■ EXERCISE REQUIREMENTS ■
Each line below that includes the word "with" is to be reported.
§
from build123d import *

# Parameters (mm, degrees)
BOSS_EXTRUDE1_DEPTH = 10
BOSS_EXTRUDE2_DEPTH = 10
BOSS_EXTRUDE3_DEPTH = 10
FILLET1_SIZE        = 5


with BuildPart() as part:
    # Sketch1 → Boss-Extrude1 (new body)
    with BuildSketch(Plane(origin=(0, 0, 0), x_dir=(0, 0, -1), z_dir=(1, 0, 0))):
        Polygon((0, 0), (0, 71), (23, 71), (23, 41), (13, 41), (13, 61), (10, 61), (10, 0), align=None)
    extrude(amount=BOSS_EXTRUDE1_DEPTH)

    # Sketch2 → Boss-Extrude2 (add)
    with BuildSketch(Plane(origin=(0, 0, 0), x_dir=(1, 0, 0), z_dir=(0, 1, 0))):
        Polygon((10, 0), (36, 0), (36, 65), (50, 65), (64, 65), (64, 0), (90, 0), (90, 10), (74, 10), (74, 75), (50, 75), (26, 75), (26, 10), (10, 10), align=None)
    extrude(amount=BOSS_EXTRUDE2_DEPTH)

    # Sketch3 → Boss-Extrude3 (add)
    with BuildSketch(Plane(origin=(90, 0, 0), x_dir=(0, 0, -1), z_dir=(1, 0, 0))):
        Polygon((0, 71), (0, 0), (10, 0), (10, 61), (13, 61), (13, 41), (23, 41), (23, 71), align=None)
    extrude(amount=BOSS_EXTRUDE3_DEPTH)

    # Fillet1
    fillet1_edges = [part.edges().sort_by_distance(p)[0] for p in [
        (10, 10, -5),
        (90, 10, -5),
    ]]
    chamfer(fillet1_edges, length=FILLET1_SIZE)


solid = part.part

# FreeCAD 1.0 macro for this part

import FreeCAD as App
import Part
import Sketcher


def edges_at(feature, points):
    """Names of the edges that pass closest to the given points."""
    edges = feature.Shape.Edges
    near = lambda p: min(range(len(edges)), key=lambda i: edges[i].distToShape(Part.Vertex(*p))[0])
    return sorted({f"Edge{near(p) + 1}" for p in points})

doc = App.newDocument("Part")
body = doc.addObject("PartDesign::Body", "Body")

sketch1 = doc.addObject("Sketcher::SketchObject", "Sketch")
body.addObject(sketch1)
sketch1.AttachmentSupport = (doc.YZ_Plane, [""])
sketch1.MapMode = "FlatFace"
sketch1.addGeometry(Part.LineSegment(App.Vector(71, 0, 0), App.Vector(0, 0, 0)), False)
sketch1.addGeometry(Part.LineSegment(App.Vector(0, 0, 0), App.Vector(0, -10, 0)), False)
sketch1.addGeometry(Part.LineSegment(App.Vector(0, -10, 0), App.Vector(61, -10, 0)), False)
sketch1.addGeometry(Part.LineSegment(App.Vector(61, -10, 0), App.Vector(61, -13, 0)), False)
sketch1.addGeometry(Part.LineSegment(App.Vector(61, -13, 0), App.Vector(41, -13, 0)), False)
sketch1.addGeometry(Part.LineSegment(App.Vector(41, -13, 0), App.Vector(41, -23, 0)), False)
sketch1.addGeometry(Part.LineSegment(App.Vector(41, -23, 0), App.Vector(71, -23, 0)), False)
sketch1.addGeometry(Part.LineSegment(App.Vector(71, -23, 0), App.Vector(71, 0, 0)), False)
sketch1.addConstraint(Sketcher.Constraint("Coincident", 0, 2, 1, 1))
sketch1.addConstraint(Sketcher.Constraint("Coincident", 1, 2, 2, 1))
sketch1.addConstraint(Sketcher.Constraint("Coincident", 2, 2, 3, 1))
sketch1.addConstraint(Sketcher.Constraint("Coincident", 3, 2, 4, 1))
sketch1.addConstraint(Sketcher.Constraint("Coincident", 4, 2, 5, 1))
sketch1.addConstraint(Sketcher.Constraint("Coincident", 5, 2, 6, 1))
sketch1.addConstraint(Sketcher.Constraint("Coincident", 6, 2, 7, 1))
sketch1.addConstraint(Sketcher.Constraint("Coincident", 7, 2, 0, 1))
sketch1.addConstraint(Sketcher.Constraint("Horizontal", 0))
sketch1.addConstraint(Sketcher.Constraint("Vertical", 1))
sketch1.addConstraint(Sketcher.Constraint("Horizontal", 2))
sketch1.addConstraint(Sketcher.Constraint("Vertical", 3))
sketch1.addConstraint(Sketcher.Constraint("Horizontal", 4))
sketch1.addConstraint(Sketcher.Constraint("Vertical", 5))
sketch1.addConstraint(Sketcher.Constraint("Horizontal", 6))
sketch1.addConstraint(Sketcher.Constraint("Vertical", 7))
sketch1.addConstraint(Sketcher.Constraint("Coincident", 0, 2, -1, 1))
sketch1.addConstraint(Sketcher.Constraint("Equal", 1, 5))
sketch1.addConstraint(Sketcher.Constraint("DistanceX", 0, 2, 0, 1, 71.0))
sketch1.addConstraint(Sketcher.Constraint("DistanceX", 2, 1, 2, 2, 61.0))
sketch1.addConstraint(Sketcher.Constraint("DistanceX", 4, 2, 4, 1, 20.0))
sketch1.addConstraint(Sketcher.Constraint("DistanceY", 1, 2, 1, 1, 10.0))
sketch1.addConstraint(Sketcher.Constraint("DistanceY", 3, 2, 3, 1, 3.0))
pad1 = doc.addObject("PartDesign::Pad", "Pad")
body.addObject(pad1)
pad1.Profile = sketch1
pad1.Length = 10

sketch2 = doc.addObject("Sketcher::SketchObject", "Sketch001")
body.addObject(sketch2)
sketch2.AttachmentSupport = (doc.XZ_Plane, [""])
sketch2.MapMode = "FlatFace"
sketch2.addGeometry(Part.LineSegment(App.Vector(10, 0, 0), App.Vector(36, 0, 0)), False)
sketch2.addGeometry(Part.LineSegment(App.Vector(36, 0, 0), App.Vector(36, -65, 0)), False)
sketch2.addGeometry(Part.LineSegment(App.Vector(36, -65, 0), App.Vector(64, -65, 0)), False)
sketch2.addGeometry(Part.LineSegment(App.Vector(64, -65, 0), App.Vector(64, 0, 0)), False)
sketch2.addGeometry(Part.LineSegment(App.Vector(64, 0, 0), App.Vector(90, 0, 0)), False)
sketch2.addGeometry(Part.LineSegment(App.Vector(90, 0, 0), App.Vector(90, -10, 0)), False)
sketch2.addGeometry(Part.LineSegment(App.Vector(90, -10, 0), App.Vector(74, -10, 0)), False)
sketch2.addGeometry(Part.LineSegment(App.Vector(74, -10, 0), App.Vector(74, -75, 0)), False)
sketch2.addGeometry(Part.LineSegment(App.Vector(74, -75, 0), App.Vector(26, -75, 0)), False)
sketch2.addGeometry(Part.LineSegment(App.Vector(26, -75, 0), App.Vector(26, -10, 0)), False)
sketch2.addGeometry(Part.LineSegment(App.Vector(26, -10, 0), App.Vector(10, -10, 0)), False)
sketch2.addGeometry(Part.LineSegment(App.Vector(10, -10, 0), App.Vector(10, 0, 0)), False)
sketch2.addConstraint(Sketcher.Constraint("Coincident", 0, 2, 1, 1))
sketch2.addConstraint(Sketcher.Constraint("Coincident", 1, 2, 2, 1))
sketch2.addConstraint(Sketcher.Constraint("Coincident", 2, 2, 3, 1))
sketch2.addConstraint(Sketcher.Constraint("Coincident", 3, 2, 4, 1))
sketch2.addConstraint(Sketcher.Constraint("Coincident", 4, 2, 5, 1))
sketch2.addConstraint(Sketcher.Constraint("Coincident", 5, 2, 6, 1))
sketch2.addConstraint(Sketcher.Constraint("Coincident", 6, 2, 7, 1))
sketch2.addConstraint(Sketcher.Constraint("Coincident", 7, 2, 8, 1))
sketch2.addConstraint(Sketcher.Constraint("Coincident", 8, 2, 9, 1))
sketch2.addConstraint(Sketcher.Constraint("Coincident", 9, 2, 10, 1))
sketch2.addConstraint(Sketcher.Constraint("Coincident", 10, 2, 11, 1))
sketch2.addConstraint(Sketcher.Constraint("Coincident", 11, 2, 0, 1))
sketch2.addConstraint(Sketcher.Constraint("Horizontal", 0))
sketch2.addConstraint(Sketcher.Constraint("Vertical", 1))
sketch2.addConstraint(Sketcher.Constraint("Horizontal", 2))
sketch2.addConstraint(Sketcher.Constraint("Vertical", 3))
sketch2.addConstraint(Sketcher.Constraint("Horizontal", 4))
sketch2.addConstraint(Sketcher.Constraint("Vertical", 5))
sketch2.addConstraint(Sketcher.Constraint("Horizontal", 6))
sketch2.addConstraint(Sketcher.Constraint("Vertical", 7))
sketch2.addConstraint(Sketcher.Constraint("Horizontal", 8))
sketch2.addConstraint(Sketcher.Constraint("Vertical", 9))
sketch2.addConstraint(Sketcher.Constraint("Horizontal", 10))
sketch2.addConstraint(Sketcher.Constraint("Vertical", 11))
sketch2.addConstraint(Sketcher.Constraint("PointOnObject", 0, 2, -1))
sketch2.addConstraint(Sketcher.Constraint("PointOnObject", 3, 2, -1))
sketch2.addConstraint(Sketcher.Constraint("Horizontal", 6, 2, 9, 2))
sketch2.addConstraint(Sketcher.Constraint("Equal", 0, 4))
sketch2.addConstraint(Sketcher.Constraint("Equal", 6, 10))
sketch2.addConstraint(Sketcher.Constraint("Equal", 3, 7))
sketch2.addConstraint(Sketcher.Constraint("DistanceX", 0, 1, 0, 2, 26.0))
sketch2.addConstraint(Sketcher.Constraint("DistanceX", 2, 1, 2, 2, 28.0))
sketch2.addConstraint(Sketcher.Constraint("DistanceX", 6, 2, 6, 1, 16.0))
sketch2.addConstraint(Sketcher.Constraint("DistanceY", 1, 2, 1, 1, 65.0))
sketch2.addConstraint(Sketcher.Constraint("DistanceY", 5, 2, 5, 1, 10.0))
sketch2.addConstraint(Sketcher.Constraint("DistanceX", -1, 1, 0, 2, 36.0))
pad2 = doc.addObject("PartDesign::Pad", "Pad001")
body.addObject(pad2)
pad2.Profile = sketch2
pad2.Length = 10
pad2.Reversed = True

sketch3 = doc.addObject("Sketcher::SketchObject", "Sketch002")
body.addObject(sketch3)
sketch3.AttachmentSupport = (doc.YZ_Plane, [""])
sketch3.MapMode = "FlatFace"
sketch3.AttachmentOffset = App.Placement(App.Vector(0, 0, 90), App.Rotation())
sketch3.addGeometry(Part.LineSegment(App.Vector(71, 0, 0), App.Vector(0, 0, 0)), False)
sketch3.addGeometry(Part.LineSegment(App.Vector(0, 0, 0), App.Vector(0, -10, 0)), False)
sketch3.addGeometry(Part.LineSegment(App.Vector(0, -10, 0), App.Vector(61, -10, 0)), False)
sketch3.addGeometry(Part.LineSegment(App.Vector(61, -10, 0), App.Vector(61, -13, 0)), False)
sketch3.addGeometry(Part.LineSegment(App.Vector(61, -13, 0), App.Vector(41, -13, 0)), False)
sketch3.addGeometry(Part.LineSegment(App.Vector(41, -13, 0), App.Vector(41, -23, 0)), False)
sketch3.addGeometry(Part.LineSegment(App.Vector(41, -23, 0), App.Vector(71, -23, 0)), False)
sketch3.addGeometry(Part.LineSegment(App.Vector(71, -23, 0), App.Vector(71, 0, 0)), False)
sketch3.addConstraint(Sketcher.Constraint("Coincident", 0, 2, 1, 1))
sketch3.addConstraint(Sketcher.Constraint("Coincident", 1, 2, 2, 1))
sketch3.addConstraint(Sketcher.Constraint("Coincident", 2, 2, 3, 1))
sketch3.addConstraint(Sketcher.Constraint("Coincident", 3, 2, 4, 1))
sketch3.addConstraint(Sketcher.Constraint("Coincident", 4, 2, 5, 1))
sketch3.addConstraint(Sketcher.Constraint("Coincident", 5, 2, 6, 1))
sketch3.addConstraint(Sketcher.Constraint("Coincident", 6, 2, 7, 1))
sketch3.addConstraint(Sketcher.Constraint("Coincident", 7, 2, 0, 1))
sketch3.addConstraint(Sketcher.Constraint("Horizontal", 0))
sketch3.addConstraint(Sketcher.Constraint("Vertical", 1))
sketch3.addConstraint(Sketcher.Constraint("Horizontal", 2))
sketch3.addConstraint(Sketcher.Constraint("Vertical", 3))
sketch3.addConstraint(Sketcher.Constraint("Horizontal", 4))
sketch3.addConstraint(Sketcher.Constraint("Vertical", 5))
sketch3.addConstraint(Sketcher.Constraint("Horizontal", 6))
sketch3.addConstraint(Sketcher.Constraint("Vertical", 7))
sketch3.addConstraint(Sketcher.Constraint("Coincident", 0, 2, -1, 1))
sketch3.addConstraint(Sketcher.Constraint("Equal", 1, 5))
sketch3.addConstraint(Sketcher.Constraint("DistanceX", 0, 2, 0, 1, 71.0))
sketch3.addConstraint(Sketcher.Constraint("DistanceX", 2, 1, 2, 2, 61.0))
sketch3.addConstraint(Sketcher.Constraint("DistanceX", 4, 2, 4, 1, 20.0))
sketch3.addConstraint(Sketcher.Constraint("DistanceY", 1, 2, 1, 1, 10.0))
sketch3.addConstraint(Sketcher.Constraint("DistanceY", 3, 2, 3, 1, 3.0))
pad3 = doc.addObject("PartDesign::Pad", "Pad002")
body.addObject(pad3)
pad3.Profile = sketch3
pad3.Length = 10
doc.recompute()

chamfer = doc.addObject("PartDesign::Chamfer", "Chamfer")
body.addObject(chamfer)
chamfer.Base = (pad3, edges_at(pad3, [(10, 10, -5), (90, 10, -5)]))
chamfer.Size = 5

doc.recompute()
§
■ YOUR SOLUTION ■
with BuildPart() as part:
    with BuildSketch(Plane(origin=(0, 0, 0), x_dir=(0, 0, -1), z_dir=(1, 0, 0))):
    with BuildSketch(Plane(origin=(0, 0, 0), x_dir=(1, 0, 0), z_dir=(0, 1, 0))):
    with BuildSketch(Plane(origin=(90, 0, 0), x_dir=(0, 0, -1), z_dir=(1, 0, 0))):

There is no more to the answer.